If you happen to’ve ever flown with Southwest, you recognize they do issues a little otherwise. As an alternative of assigning seats beforehand like different airways, vacationers are given boarding positions to find out once they can get on the airplane and choose their very own seats. For some, this flexibility is kind of the promoting level. However that is provided that it really works out of their favor, which one passenger is now claiming to be an unlikely state of affairs as he says Southwest’s Early Verify-In possibility is definitely a “rip-off.”
RELATED: Vacationers Are Boycotting Southwest Over New Boarding Change.
TikToker Huge Joe shared his latest expertise touring Southwest together with his household in an April 6 video posted to his @jojoofficialtt account. In his TikTok, Joe shares that he was touring to Orlando together with his household of six, which incorporates a number of younger youngsters.
“You already know with Southwest, they do not have assigned seats… [But] you may have the choice to pay for Early Verify-In,” he says. “So for $300, I used to be in a position to pay for Early Verify-In hopefully to get into the A row in order that my household and buddy who we took alongside may sit collectively.”
As Southwest explains on its web site, passengers may be assigned certainly one of three boarding teams: A, B, or C. For every letter, passengers are additionally assigned a quantity from 1 to round 60 to find out precisely once they can board primarily based on their boarding group. The earliest place to board is A1.
Joe’s boarding place? “Like B7,” he says.
But it surely’s not solely that Joe needed to await all these within the A boarding group to go first. Southwest additionally presents Household Boarding, which permits as much as two adults touring with any youngster six years or youthful to board after the A bunch has boarded and earlier than the B group begins boarding.

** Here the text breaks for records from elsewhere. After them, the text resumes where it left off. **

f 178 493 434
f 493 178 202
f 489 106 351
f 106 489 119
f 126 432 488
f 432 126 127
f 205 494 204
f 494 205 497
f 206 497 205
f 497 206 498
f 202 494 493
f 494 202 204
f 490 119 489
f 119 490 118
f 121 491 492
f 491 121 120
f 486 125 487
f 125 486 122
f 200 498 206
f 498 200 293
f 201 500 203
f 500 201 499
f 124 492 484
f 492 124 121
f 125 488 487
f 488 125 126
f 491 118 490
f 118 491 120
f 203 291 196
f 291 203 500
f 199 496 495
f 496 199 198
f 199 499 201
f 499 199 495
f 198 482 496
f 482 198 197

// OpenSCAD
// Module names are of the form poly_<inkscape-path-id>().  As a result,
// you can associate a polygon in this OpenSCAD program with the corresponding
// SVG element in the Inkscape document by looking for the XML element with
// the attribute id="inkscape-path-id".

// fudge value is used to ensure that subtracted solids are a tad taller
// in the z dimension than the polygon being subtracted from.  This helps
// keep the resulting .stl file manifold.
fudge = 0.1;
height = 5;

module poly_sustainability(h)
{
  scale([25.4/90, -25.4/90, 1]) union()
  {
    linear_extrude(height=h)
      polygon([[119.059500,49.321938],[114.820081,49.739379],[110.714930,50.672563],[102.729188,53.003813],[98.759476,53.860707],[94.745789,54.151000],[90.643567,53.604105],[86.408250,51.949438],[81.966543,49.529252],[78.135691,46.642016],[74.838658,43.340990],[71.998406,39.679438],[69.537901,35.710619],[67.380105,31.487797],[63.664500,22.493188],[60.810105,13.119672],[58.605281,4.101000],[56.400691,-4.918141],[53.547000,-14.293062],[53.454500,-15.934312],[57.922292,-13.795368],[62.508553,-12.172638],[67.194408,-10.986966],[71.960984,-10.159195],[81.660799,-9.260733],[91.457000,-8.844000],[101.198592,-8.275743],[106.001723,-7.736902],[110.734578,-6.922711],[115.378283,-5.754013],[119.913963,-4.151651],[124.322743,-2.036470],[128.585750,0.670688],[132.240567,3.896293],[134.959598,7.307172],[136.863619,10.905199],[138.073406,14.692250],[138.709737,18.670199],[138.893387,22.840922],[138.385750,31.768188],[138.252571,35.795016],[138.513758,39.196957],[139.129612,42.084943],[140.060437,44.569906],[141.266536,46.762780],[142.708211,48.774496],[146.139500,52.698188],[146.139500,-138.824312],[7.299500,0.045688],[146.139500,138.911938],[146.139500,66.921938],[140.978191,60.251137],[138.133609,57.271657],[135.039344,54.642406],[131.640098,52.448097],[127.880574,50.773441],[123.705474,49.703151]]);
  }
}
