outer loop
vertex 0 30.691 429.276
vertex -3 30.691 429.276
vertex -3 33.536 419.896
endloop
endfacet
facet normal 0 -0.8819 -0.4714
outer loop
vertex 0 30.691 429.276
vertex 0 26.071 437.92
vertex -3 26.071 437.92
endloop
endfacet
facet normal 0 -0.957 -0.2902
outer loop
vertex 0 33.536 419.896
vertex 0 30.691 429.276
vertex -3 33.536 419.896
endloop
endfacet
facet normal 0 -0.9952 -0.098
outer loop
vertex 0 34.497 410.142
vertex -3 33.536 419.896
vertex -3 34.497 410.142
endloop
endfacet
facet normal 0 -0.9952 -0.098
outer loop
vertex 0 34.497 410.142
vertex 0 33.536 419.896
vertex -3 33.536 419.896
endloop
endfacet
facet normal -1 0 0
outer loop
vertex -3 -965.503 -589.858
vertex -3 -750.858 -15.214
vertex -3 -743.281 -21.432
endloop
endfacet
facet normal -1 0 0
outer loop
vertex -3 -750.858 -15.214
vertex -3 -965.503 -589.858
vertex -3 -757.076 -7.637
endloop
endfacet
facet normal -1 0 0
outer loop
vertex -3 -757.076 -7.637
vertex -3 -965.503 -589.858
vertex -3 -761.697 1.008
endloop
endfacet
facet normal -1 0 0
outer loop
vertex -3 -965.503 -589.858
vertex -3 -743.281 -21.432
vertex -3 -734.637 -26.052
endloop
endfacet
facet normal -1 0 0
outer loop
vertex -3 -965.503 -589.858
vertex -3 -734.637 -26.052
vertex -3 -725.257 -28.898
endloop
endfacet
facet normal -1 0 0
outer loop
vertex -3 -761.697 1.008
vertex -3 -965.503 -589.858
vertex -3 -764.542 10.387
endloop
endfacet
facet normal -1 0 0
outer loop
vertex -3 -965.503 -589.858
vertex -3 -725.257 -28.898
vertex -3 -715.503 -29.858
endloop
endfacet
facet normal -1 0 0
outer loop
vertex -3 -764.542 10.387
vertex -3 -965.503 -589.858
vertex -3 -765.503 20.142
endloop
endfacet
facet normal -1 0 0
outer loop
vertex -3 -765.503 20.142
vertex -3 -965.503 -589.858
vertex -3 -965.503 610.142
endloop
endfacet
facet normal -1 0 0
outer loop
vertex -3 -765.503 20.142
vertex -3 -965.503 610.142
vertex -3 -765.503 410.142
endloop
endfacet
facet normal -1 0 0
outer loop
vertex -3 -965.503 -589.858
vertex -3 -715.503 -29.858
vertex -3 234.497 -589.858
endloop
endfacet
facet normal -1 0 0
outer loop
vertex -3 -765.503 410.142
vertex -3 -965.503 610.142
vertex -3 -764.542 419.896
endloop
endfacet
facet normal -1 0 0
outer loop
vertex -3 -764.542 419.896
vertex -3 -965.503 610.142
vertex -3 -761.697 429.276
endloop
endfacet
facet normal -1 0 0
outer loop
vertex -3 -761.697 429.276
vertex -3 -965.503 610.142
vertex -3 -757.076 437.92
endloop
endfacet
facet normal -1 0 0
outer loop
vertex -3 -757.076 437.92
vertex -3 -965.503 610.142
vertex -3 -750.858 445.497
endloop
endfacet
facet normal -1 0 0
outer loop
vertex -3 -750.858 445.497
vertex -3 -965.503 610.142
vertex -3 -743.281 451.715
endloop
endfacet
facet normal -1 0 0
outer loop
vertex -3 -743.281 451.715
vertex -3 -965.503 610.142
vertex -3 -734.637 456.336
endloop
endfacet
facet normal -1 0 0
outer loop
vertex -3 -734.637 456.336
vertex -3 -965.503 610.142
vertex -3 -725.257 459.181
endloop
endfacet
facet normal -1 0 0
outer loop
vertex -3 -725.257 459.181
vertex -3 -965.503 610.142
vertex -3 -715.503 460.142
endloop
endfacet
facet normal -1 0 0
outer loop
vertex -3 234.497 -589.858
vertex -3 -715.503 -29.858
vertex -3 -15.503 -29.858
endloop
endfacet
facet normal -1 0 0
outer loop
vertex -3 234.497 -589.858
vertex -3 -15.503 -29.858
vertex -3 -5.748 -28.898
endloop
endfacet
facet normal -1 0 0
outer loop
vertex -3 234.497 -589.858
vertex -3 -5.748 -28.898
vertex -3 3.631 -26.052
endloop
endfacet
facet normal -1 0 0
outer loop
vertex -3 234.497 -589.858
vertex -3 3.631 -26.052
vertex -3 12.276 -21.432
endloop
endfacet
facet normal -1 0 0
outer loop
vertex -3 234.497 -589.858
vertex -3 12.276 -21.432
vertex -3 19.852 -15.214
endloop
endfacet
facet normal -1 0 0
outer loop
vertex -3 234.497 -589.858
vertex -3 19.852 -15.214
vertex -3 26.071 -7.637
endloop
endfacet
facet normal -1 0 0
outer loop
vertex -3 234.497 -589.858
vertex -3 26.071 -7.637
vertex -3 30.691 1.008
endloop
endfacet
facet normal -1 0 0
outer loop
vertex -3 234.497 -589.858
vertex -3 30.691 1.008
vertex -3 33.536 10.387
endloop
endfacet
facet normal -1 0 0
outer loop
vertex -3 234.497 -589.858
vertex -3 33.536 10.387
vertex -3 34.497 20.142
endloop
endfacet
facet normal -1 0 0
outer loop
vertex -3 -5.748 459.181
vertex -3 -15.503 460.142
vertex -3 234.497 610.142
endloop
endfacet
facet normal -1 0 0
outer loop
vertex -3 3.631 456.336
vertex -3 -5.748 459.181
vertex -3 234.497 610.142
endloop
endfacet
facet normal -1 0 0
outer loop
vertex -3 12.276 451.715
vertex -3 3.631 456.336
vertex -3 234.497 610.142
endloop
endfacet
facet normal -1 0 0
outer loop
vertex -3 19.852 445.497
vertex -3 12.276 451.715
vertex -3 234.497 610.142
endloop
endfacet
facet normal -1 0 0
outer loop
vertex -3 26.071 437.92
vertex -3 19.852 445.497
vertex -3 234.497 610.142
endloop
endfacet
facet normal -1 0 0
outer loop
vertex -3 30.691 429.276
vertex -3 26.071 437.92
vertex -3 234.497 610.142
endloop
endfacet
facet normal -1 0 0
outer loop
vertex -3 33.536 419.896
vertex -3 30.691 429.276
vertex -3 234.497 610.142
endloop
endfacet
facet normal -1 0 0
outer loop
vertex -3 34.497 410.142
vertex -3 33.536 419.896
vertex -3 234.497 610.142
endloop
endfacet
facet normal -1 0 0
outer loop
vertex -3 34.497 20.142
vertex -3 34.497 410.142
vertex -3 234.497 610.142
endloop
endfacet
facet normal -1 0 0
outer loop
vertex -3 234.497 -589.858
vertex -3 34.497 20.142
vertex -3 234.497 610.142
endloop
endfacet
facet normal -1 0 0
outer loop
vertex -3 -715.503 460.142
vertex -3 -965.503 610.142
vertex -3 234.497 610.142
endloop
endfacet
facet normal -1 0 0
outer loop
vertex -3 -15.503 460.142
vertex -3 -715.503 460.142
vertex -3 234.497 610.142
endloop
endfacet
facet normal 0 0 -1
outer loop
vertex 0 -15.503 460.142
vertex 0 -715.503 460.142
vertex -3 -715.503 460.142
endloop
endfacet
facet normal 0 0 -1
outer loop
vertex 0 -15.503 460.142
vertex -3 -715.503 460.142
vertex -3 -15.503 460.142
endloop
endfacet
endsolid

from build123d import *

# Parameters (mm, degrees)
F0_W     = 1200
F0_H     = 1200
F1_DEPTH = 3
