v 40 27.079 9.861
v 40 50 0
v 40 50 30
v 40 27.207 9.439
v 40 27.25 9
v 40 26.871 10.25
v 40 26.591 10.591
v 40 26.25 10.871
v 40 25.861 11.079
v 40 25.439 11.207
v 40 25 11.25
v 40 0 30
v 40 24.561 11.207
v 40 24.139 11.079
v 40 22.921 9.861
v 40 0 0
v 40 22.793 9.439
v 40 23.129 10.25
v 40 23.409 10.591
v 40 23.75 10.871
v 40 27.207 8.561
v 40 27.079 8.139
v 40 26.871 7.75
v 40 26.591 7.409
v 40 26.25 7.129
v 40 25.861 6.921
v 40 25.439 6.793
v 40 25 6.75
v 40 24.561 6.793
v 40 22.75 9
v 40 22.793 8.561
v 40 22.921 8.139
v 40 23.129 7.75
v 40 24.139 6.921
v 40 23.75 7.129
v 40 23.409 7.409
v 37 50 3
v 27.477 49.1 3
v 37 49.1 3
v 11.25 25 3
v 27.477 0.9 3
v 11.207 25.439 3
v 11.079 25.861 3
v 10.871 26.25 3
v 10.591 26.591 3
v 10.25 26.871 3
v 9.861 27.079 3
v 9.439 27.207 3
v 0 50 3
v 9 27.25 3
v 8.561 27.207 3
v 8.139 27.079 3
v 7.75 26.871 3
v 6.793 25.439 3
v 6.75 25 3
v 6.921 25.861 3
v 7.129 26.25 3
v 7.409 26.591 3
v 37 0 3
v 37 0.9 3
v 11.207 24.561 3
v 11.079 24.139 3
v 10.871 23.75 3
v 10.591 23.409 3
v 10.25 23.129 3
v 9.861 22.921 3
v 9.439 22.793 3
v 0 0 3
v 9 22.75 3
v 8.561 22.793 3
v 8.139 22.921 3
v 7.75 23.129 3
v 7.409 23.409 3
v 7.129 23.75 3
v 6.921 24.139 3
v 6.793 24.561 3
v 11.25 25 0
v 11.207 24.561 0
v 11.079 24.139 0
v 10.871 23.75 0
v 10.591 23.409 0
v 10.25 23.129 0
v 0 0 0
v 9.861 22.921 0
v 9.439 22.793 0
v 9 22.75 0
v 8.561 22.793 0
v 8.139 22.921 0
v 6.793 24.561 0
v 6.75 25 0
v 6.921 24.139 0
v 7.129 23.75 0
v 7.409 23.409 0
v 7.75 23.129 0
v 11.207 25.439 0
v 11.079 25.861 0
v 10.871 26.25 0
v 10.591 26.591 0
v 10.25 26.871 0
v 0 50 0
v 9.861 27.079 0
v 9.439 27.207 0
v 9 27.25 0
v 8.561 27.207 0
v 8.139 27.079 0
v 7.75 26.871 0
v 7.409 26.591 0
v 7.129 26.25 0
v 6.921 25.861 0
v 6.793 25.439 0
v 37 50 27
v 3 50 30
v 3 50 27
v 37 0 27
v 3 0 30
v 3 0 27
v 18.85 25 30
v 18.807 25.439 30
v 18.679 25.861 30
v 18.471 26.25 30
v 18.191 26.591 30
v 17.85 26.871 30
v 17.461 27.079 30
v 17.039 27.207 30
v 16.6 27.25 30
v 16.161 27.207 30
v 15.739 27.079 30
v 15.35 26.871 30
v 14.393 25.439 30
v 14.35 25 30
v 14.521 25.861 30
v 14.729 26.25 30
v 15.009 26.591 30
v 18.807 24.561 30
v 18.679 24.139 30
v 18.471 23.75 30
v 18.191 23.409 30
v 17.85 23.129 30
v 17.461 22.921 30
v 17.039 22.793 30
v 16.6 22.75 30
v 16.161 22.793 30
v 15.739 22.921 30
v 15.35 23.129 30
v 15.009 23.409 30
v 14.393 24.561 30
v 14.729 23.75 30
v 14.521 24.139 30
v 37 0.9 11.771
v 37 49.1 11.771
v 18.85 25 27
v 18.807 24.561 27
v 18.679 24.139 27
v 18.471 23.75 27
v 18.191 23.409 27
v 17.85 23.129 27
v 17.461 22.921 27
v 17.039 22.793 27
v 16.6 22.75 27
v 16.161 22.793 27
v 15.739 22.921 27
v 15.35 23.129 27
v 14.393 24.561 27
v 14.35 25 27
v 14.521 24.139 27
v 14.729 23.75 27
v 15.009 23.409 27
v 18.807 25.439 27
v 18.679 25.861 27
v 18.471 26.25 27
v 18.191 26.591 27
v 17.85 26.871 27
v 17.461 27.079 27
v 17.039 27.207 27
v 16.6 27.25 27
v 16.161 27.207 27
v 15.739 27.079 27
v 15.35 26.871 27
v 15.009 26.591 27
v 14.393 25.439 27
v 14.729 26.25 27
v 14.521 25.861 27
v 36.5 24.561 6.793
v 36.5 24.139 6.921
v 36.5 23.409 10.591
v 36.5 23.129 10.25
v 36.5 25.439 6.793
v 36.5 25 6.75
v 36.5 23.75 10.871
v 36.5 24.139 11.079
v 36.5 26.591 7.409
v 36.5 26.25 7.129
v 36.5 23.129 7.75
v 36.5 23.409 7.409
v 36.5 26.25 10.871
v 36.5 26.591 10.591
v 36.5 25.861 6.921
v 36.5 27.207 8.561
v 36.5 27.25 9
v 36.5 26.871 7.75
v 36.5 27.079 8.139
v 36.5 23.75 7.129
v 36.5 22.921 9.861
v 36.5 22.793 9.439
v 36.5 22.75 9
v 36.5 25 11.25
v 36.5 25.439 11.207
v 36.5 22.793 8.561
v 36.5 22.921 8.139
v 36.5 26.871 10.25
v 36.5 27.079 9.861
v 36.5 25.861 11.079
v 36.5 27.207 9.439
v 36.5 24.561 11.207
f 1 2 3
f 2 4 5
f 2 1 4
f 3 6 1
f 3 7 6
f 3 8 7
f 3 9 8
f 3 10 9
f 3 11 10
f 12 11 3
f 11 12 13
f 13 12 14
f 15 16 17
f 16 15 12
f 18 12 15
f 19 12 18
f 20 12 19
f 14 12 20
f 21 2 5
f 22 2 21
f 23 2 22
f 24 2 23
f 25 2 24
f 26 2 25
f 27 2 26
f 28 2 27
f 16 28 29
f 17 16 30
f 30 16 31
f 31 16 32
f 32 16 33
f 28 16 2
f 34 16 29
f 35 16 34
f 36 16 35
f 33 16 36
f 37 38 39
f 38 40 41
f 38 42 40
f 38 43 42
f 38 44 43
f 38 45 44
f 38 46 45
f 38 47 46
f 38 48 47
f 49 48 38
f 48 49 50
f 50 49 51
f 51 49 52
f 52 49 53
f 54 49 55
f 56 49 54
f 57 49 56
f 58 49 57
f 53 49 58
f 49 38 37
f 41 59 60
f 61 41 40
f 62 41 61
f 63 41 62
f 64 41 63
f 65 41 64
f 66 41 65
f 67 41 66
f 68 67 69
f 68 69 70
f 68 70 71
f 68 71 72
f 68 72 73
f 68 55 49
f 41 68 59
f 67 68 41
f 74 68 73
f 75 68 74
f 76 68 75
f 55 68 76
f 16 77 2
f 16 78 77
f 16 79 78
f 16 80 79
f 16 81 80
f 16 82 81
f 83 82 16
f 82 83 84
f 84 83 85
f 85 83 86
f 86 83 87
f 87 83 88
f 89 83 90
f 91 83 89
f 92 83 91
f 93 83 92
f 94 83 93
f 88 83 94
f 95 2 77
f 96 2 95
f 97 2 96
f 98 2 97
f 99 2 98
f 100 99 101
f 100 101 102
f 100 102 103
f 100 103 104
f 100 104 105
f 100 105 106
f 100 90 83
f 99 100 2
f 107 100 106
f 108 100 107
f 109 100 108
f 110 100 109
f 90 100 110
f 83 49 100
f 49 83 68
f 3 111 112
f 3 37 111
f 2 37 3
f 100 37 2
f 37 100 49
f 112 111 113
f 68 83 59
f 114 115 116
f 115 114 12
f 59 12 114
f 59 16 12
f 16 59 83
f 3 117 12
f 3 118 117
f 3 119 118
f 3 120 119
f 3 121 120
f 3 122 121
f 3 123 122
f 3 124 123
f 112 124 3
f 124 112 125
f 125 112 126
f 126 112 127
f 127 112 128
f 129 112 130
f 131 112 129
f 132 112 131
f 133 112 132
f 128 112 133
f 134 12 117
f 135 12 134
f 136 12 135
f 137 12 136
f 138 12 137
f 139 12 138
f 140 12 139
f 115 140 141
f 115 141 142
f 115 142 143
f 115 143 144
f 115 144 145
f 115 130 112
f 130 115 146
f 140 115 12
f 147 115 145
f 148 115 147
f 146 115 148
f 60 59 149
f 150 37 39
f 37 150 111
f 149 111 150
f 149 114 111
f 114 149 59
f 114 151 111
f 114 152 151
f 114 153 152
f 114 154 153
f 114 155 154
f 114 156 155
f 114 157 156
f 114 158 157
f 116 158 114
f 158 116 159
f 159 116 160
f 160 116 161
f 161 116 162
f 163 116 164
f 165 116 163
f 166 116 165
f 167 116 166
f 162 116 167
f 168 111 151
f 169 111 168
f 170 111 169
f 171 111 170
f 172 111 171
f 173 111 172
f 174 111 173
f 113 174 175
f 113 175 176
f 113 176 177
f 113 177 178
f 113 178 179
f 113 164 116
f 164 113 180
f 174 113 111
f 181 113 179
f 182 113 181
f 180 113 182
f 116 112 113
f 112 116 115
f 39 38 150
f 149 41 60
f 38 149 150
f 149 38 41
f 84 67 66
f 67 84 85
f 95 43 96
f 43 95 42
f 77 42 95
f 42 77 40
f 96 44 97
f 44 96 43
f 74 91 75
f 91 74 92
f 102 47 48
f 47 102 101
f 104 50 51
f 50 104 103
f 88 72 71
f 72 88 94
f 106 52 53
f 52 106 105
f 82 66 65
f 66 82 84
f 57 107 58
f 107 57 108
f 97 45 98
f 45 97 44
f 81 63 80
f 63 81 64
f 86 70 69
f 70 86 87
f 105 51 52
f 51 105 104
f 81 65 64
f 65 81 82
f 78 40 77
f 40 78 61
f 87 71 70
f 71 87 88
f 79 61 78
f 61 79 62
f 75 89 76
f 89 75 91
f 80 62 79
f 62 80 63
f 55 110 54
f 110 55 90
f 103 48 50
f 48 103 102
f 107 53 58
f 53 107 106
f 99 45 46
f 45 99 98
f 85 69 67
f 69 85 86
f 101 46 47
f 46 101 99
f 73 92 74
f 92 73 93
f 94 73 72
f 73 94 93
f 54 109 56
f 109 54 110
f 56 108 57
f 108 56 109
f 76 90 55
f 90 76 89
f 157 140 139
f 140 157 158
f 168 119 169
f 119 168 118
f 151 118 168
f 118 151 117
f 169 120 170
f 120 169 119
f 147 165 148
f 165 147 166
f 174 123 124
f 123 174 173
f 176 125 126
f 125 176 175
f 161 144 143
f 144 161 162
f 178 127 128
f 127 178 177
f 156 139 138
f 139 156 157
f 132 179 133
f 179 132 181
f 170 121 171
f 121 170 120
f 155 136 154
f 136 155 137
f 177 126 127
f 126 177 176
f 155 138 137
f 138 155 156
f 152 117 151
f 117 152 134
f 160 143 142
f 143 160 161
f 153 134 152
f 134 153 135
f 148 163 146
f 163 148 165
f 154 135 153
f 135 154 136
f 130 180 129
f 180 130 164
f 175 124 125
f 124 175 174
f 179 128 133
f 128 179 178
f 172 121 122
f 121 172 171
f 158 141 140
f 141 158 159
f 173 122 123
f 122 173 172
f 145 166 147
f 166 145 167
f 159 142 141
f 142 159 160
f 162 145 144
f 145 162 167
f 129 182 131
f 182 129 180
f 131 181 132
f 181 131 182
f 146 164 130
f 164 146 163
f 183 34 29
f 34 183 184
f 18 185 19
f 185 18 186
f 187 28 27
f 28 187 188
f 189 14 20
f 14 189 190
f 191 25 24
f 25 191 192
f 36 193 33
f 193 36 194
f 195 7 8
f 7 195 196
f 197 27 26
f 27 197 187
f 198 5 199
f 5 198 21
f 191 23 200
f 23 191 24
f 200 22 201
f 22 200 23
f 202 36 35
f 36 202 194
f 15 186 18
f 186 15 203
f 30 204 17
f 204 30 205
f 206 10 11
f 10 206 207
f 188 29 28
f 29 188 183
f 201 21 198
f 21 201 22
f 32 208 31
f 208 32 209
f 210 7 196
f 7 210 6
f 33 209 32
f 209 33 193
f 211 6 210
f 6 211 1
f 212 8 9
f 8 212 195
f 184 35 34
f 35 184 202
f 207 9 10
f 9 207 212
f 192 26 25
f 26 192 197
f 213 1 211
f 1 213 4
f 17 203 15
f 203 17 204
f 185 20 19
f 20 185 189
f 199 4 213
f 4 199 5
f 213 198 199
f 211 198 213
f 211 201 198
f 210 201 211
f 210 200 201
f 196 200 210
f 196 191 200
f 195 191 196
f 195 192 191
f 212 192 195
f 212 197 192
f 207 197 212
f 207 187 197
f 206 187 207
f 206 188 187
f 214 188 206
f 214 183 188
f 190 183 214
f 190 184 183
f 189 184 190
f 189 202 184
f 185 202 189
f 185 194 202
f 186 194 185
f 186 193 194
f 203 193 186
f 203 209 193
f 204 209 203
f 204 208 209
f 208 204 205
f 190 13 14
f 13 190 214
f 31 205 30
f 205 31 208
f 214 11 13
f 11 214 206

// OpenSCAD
$fn = 32;

// ----------------------------------------------------------------------
// Z-bracket: 40 x 50 x 30 mm
// ----------------------------------------------------------------------

// --- parameters (mm) ---
lower_leg = 40;           // lower foot length, X
upper_leg = 34;           // upper foot length, X
bracket_w = 50;           // bracket width, Y
offset_h = 30;            // overall rise, Z
sheet_t = 3;              // plate thickness
hole_d = 4.5;             // clearance for M4
rib_len = 10.5;           // gusset leg
rib_sink = 0.9;           // gusset overlap into the plates

module hole_z(px, py, z0) {
  translate([px, py, z0 - 0.5]) cylinder(h = sheet_t + 1, d = hole_d);
}
module hole_x(py, pz) {
  translate([-0.5, py, pz]) rotate([0, 90, 0]) cylinder(h = sheet_t + 1, d = hole_d);
}
module gusset(x0) {
  translate([x0, bracket_w - rib_sink, 0])
    rotate([90, 0, 0])
      linear_extrude(height = bracket_w - 2 * rib_sink)
        polygon(points = [[rib_sink, sheet_t - rib_sink],
                          [rib_sink, sheet_t - rib_sink + rib_len],
                          [-rib_len, sheet_t - rib_sink]]);
}

difference() {
  union() {
    cube([lower_leg, bracket_w, sheet_t]);
    /* web, overlapping the lower foot */
    translate([lower_leg - sheet_t, 0, 0]) cube([sheet_t, bracket_w, offset_h]);
    /* upper foot, sunk into the web */
    translate([lower_leg - sheet_t - upper_leg, 0, offset_h - sheet_t]) cube([upper_leg + sheet_t, bracket_w, sheet_t]);
    gusset(lower_leg - sheet_t);
  }
  hole_z(9, 25, 0);
  translate([lower_leg - sheet_t - 20.4, 0, 0]) hole_z(0, 25, offset_h - sheet_t);
  translate([lower_leg - sheet_t, 0, 0]) hole_x(25, 9);
}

“Meaning there have been 60 folks forward of me that in some way bought to verify in earlier. And since we will Orlando, the place Disney World is, in fact there’s gonna be a bunch of households,” Joe explains.
RELATED: Southwest Rolling Out Controversial New Seats: “Is There an Choice to Stand?”
So regardless of paying $300 for Early Verify-In, Joe says when he lastly bought to board, there have been no two seats nonetheless left collectively—which he explains is an issue as a result of his youngest youngster is 8 years outdated and does not fall underneath the Household Boarding standards however remains to be “terrified” to take a seat alone.
“So we needed to attempt to simply discover our approach through which was an terrible expertise,” he says. “My youngsters had been terrified. Worst expertise ever. Do not fly Southwest, such a rip-off.”
Within the remark part of Joe’s TikTok—which has already garnered over 63,000 views—different vacationers shared that they’ve had comparable experiences with Southwest.
“This occurred to me getting back from Florida to Nashville,” one particular person replied. “Our tickets ended up being $2,000 for 2 folks. We bought B31-32, AND FORTY. YES FORTY FAMILIES BORDED BEFORE US! I needed to sit subsequent to a child.”
That is additionally not the primary time Southwest has confronted backlash over this service. Whereas Southwest Airways presents EarlyBird Verify-In beginning at $15 one-way per passenger, the provider warns that paying for the service “does not assure an A boarding place.” Nonetheless, it’s meant to enhance “your seat choice choices that will help you get your favourite seat.”
However vacationers have stated prior to now that this isn’t all the time the case—particularly when Southwest permits sure passengers (like wheelchair customers or households with kids underneath 6 in Joe’s case) to board earlier than those that have paid the additional payment for EarlyBird Verify-In.
“Yeah I will not do EarlyBird Verify-In,” one other traveler commented on Joe’s TikTok. “I’ve paid for it and bought B37 or one thing—loopy late boarding.”
Finest Life reached out to Southwest over these complaints, and we’ll replace this story with their response.